• Exercise brief
Among the entries below, please repeat exactly and only the lines from the line containing "e31 v31 v30 LINE" to the line containing "e53 v35 v46 LINE", both lines included.
(Excerpted records)
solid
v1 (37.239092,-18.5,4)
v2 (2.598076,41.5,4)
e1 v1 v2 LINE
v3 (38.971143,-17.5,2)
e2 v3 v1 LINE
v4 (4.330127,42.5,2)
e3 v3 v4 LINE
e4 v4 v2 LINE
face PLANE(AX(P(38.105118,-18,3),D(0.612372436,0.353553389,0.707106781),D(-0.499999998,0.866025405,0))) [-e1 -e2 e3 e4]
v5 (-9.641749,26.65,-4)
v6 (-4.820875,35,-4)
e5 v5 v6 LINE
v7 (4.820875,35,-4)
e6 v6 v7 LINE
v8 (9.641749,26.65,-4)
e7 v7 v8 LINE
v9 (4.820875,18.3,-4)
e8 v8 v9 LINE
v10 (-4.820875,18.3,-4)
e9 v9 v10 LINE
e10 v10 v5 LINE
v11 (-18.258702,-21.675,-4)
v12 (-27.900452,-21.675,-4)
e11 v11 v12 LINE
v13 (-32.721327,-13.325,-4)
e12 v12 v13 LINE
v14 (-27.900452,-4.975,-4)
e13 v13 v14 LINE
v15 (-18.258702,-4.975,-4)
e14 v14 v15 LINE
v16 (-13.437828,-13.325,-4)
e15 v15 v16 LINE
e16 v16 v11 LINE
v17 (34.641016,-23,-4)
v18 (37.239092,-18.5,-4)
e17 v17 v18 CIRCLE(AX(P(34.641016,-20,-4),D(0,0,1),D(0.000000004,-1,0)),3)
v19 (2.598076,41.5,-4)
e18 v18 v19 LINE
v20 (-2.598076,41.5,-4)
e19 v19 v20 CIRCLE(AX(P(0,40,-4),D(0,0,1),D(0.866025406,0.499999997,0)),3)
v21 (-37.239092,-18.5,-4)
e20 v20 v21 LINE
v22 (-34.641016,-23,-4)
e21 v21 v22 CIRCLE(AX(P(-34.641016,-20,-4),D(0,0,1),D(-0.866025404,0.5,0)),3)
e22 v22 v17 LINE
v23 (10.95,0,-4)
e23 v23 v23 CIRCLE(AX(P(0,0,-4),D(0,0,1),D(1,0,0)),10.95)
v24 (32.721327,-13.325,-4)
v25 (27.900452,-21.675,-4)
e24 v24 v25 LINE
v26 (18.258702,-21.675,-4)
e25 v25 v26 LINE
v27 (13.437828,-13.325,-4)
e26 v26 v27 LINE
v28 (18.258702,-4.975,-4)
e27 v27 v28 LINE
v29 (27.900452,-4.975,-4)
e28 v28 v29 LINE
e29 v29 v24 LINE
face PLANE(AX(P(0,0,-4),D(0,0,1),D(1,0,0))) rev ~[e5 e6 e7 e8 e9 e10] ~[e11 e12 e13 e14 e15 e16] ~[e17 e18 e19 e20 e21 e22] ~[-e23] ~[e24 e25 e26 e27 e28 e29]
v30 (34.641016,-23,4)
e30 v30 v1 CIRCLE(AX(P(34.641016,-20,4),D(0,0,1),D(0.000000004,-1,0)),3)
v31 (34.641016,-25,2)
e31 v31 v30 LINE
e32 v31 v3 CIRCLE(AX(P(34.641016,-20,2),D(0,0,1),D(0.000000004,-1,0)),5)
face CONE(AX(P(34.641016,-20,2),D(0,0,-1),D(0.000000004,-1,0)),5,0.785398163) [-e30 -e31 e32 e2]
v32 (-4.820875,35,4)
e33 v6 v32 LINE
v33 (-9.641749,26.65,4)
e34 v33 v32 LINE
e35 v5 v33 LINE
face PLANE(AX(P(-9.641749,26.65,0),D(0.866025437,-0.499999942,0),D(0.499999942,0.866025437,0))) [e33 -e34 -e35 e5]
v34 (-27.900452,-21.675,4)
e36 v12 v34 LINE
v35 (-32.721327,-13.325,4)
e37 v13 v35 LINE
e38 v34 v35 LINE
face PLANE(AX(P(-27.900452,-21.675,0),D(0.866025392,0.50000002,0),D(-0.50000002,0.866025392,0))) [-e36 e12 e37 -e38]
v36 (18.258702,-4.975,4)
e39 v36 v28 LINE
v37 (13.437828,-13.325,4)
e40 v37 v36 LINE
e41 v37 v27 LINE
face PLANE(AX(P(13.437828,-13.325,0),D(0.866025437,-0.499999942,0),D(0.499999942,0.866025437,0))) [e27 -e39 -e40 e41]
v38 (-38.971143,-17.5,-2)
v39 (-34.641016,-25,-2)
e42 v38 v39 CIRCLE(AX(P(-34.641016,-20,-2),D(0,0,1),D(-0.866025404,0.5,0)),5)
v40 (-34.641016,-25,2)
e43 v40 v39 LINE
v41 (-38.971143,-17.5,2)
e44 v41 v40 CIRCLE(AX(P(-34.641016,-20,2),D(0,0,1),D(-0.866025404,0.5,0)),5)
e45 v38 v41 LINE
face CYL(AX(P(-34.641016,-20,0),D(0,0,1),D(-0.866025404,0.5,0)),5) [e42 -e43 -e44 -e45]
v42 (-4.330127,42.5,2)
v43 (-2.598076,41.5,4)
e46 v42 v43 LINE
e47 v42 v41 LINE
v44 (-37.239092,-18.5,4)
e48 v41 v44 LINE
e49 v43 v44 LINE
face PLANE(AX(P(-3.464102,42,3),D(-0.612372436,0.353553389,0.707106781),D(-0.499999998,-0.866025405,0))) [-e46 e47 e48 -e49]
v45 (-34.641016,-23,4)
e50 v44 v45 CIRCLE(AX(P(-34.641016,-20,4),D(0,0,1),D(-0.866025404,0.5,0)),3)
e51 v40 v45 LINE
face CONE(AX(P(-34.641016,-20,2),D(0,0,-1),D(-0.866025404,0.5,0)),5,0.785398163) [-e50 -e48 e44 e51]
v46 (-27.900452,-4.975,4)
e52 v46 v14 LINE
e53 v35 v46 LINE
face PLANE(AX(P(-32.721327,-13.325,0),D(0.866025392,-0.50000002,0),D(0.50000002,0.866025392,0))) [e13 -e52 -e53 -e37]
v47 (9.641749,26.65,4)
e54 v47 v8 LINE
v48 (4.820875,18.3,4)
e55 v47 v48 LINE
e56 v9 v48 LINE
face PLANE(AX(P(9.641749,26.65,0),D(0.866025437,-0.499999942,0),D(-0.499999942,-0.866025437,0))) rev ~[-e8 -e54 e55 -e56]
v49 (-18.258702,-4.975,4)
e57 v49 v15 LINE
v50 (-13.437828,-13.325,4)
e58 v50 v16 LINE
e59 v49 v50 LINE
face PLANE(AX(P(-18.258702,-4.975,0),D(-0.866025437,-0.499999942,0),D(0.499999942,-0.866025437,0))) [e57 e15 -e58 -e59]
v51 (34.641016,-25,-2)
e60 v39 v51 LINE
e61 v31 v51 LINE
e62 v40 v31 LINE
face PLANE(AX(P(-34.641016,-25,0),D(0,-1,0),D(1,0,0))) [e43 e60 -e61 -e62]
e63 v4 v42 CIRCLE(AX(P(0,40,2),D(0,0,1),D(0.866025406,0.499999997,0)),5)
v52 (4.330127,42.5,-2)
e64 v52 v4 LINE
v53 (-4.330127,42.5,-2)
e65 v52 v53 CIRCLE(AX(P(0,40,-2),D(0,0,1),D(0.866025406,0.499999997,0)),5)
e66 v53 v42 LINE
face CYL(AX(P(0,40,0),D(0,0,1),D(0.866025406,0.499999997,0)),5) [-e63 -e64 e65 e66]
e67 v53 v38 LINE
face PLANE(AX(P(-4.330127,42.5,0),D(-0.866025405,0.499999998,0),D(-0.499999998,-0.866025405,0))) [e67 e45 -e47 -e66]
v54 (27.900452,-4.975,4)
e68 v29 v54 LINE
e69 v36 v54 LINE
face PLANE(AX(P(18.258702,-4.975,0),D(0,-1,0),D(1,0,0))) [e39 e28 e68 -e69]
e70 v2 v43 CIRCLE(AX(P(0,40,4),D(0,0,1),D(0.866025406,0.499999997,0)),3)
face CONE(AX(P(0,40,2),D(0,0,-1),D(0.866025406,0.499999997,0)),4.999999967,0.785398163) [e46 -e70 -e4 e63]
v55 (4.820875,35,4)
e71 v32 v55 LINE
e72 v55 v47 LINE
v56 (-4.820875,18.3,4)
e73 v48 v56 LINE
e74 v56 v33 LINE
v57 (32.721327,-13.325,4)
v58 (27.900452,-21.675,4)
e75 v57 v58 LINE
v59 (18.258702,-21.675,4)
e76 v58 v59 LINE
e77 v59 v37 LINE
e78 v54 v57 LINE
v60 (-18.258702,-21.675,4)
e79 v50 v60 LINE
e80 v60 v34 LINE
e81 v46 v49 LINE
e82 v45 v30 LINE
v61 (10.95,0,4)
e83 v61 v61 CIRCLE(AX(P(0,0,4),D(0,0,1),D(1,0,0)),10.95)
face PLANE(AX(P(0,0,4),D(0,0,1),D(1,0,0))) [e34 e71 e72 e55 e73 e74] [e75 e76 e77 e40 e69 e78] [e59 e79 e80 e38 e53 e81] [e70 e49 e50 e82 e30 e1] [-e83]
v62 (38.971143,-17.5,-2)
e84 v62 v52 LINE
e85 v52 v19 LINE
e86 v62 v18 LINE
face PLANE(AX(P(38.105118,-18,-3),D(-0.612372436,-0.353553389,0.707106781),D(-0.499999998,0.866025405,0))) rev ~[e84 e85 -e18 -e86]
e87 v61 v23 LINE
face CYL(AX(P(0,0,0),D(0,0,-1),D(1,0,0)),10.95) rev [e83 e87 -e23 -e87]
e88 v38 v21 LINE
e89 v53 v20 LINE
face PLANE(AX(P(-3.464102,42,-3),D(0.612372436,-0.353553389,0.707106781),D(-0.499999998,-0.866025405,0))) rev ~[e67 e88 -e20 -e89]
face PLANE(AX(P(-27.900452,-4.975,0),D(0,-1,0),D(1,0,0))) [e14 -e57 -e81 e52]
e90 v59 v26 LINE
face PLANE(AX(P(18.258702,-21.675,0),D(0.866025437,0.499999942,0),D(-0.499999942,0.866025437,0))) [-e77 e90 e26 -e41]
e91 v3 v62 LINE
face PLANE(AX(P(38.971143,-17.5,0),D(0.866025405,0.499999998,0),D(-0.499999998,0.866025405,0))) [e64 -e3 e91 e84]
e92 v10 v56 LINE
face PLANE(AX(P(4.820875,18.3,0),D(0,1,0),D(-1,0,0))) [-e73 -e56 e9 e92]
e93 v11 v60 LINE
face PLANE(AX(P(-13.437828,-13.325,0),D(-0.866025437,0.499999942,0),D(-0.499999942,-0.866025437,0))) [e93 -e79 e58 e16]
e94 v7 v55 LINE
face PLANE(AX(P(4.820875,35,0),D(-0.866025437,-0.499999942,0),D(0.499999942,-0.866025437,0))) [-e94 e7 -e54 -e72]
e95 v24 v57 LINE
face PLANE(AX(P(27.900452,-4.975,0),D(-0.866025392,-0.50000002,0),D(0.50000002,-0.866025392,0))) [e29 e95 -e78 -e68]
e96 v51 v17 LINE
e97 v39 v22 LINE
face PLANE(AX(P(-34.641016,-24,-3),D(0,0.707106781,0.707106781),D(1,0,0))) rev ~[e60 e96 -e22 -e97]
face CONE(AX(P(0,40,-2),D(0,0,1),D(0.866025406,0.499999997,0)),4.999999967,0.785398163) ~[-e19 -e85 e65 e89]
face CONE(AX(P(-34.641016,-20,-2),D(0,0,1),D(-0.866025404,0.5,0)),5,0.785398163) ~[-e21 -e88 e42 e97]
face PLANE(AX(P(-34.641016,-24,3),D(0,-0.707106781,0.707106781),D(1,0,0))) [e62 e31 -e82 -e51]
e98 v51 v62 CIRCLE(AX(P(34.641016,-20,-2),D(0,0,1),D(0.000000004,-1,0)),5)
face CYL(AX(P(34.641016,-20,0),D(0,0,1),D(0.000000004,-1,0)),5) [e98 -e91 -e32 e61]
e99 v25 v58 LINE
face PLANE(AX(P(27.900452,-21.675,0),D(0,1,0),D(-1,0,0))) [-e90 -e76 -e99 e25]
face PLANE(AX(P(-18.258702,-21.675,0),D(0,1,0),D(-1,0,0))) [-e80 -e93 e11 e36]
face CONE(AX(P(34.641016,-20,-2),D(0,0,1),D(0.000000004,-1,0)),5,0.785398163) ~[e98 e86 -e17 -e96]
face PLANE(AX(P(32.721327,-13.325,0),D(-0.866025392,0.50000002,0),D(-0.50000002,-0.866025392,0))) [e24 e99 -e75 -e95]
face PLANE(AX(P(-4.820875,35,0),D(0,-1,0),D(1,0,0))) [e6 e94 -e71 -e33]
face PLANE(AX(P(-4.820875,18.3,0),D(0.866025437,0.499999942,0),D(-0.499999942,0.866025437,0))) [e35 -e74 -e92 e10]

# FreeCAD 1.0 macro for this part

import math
import FreeCAD as App
import Part
import Sketcher
from FreeCAD import Vector
Q = App.Units.Quantity


def edges_at(feature, points):
    """Names of the edges that pass closest to the given points."""
    edges = feature.Shape.Edges
    near = lambda p: min(range(len(edges)), key=lambda i: edges[i].distToShape(Part.Vertex(*p))[0])
    return sorted({f"Edge{near(p) + 1}" for p in points})

doc = App.newDocument("Part")
params = doc.addObject("Spreadsheet::Sheet", "Params")
for row, (alias, value) in enumerate([
    ("sketch1_radius", "5 mm"),
    ("sketch1_diameter", "21.9 mm"),
    ("pad1_length", "8 mm"),
    ("chamfer_size", "2 mm"),
], start=1):
    params.set(f"A{row}", alias)
    params.set(f"B{row}", "=" + value)
    params.setAlias(f"B{row}", alias)

body = doc.addObject("PartDesign::Body", "Body")

# Sketch on XY plane
sketch1 = body.newObject("Sketcher::SketchObject", "Sketch")
sketch1.AttachmentSupport = (doc.getObject("XY_Plane"), [""])
sketch1.MapMode = "FlatFace"
sketch1.addGeometry([
    Part.LineSegment(Vector(38.971143, -17.5, 0), Vector(4.330127, 42.5, 0)),  # 0
    Part.ArcOfCircle(Part.Circle(Vector(0, 40, 0), Vector(0, 0, 1), 5), math.radians(30), math.radians(150)),  # 1
    Part.LineSegment(Vector(-4.330127, 42.5, 0), Vector(-38.971143, -17.5, 0)),  # 2
    Part.ArcOfCircle(Part.Circle(Vector(-34.641016, -20, 0), Vector(0, 0, 1), 5), math.radians(150), math.radians(270)),  # 3
    Part.LineSegment(Vector(-34.641016, -25, 0), Vector(34.641016, -25, 0)),  # 4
(End Excerpted records)
• Task solution
e31 v31 v30 LINE
e32 v31 v3 CIRCLE(AX(P(34.641016,-20,2),D(0,0,1),D(0.000000004,-1,0)),5)
face CONE(AX(P(34.641016,-20,2),D(0,0,-1),D(0.000000004,-1,0)),5,0.785398163) [-e30 -e31 e32 e2]
v32 (-4.820875,35,4)
e33 v6 v32 LINE
v33 (-9.641749,26.65,4)
e34 v33 v32 LINE
e35 v5 v33 LINE
face PLANE(AX(P(-9.641749,26.65,0),D(0.866025437,-0.499999942,0),D(0.499999942,0.866025437,0))) [e33 -e34 -e35 e5]
v34 (-27.900452,-21.675,4)
e36 v12 v34 LINE
v35 (-32.721327,-13.325,4)
e37 v13 v35 LINE
e38 v34 v35 LINE
face PLANE(AX(P(-27.900452,-21.675,0),D(0.866025392,0.50000002,0),D(-0.50000002,0.866025392,0))) [-e36 e12 e37 -e38]
v36 (18.258702,-4.975,4)
e39 v36 v28 LINE
v37 (13.437828,-13.325,4)
e40 v37 v36 LINE
e41 v37 v27 LINE
face PLANE(AX(P(13.437828,-13.325,0),D(0.866025437,-0.499999942,0),D(0.499999942,0.866025437,0))) [e27 -e39 -e40 e41]
v38 (-38.971143,-17.5,-2)
v39 (-34.641016,-25,-2)
e42 v38 v39 CIRCLE(AX(P(-34.641016,-20,-2),D(0,0,1),D(-0.866025404,0.5,0)),5)
v40 (-34.641016,-25,2)
e43 v40 v39 LINE
v41 (-38.971143,-17.5,2)
e44 v41 v40 CIRCLE(AX(P(-34.641016,-20,2),D(0,0,1),D(-0.866025404,0.5,0)),5)
e45 v38 v41 LINE
face CYL(AX(P(-34.641016,-20,0),D(0,0,1),D(-0.866025404,0.5,0)),5) [e42 -e43 -e44 -e45]
v42 (-4.330127,42.5,2)
v43 (-2.598076,41.5,4)
e46 v42 v43 LINE
e47 v42 v41 LINE
v44 (-37.239092,-18.5,4)
e48 v41 v44 LINE
e49 v43 v44 LINE
face PLANE(AX(P(-3.464102,42,3),D(-0.612372436,0.353553389,0.707106781),D(-0.499999998,-0.866025405,0))) [-e46 e47 e48 -e49]
v45 (-34.641016,-23,4)
e50 v44 v45 CIRCLE(AX(P(-34.641016,-20,4),D(0,0,1),D(-0.866025404,0.5,0)),3)
e51 v40 v45 LINE
face CONE(AX(P(-34.641016,-20,2),D(0,0,-1),D(-0.866025404,0.5,0)),5,0.785398163) [-e50 -e48 e44 e51]
v46 (-27.900452,-4.975,4)
e52 v46 v14 LINE
e53 v35 v46 LINE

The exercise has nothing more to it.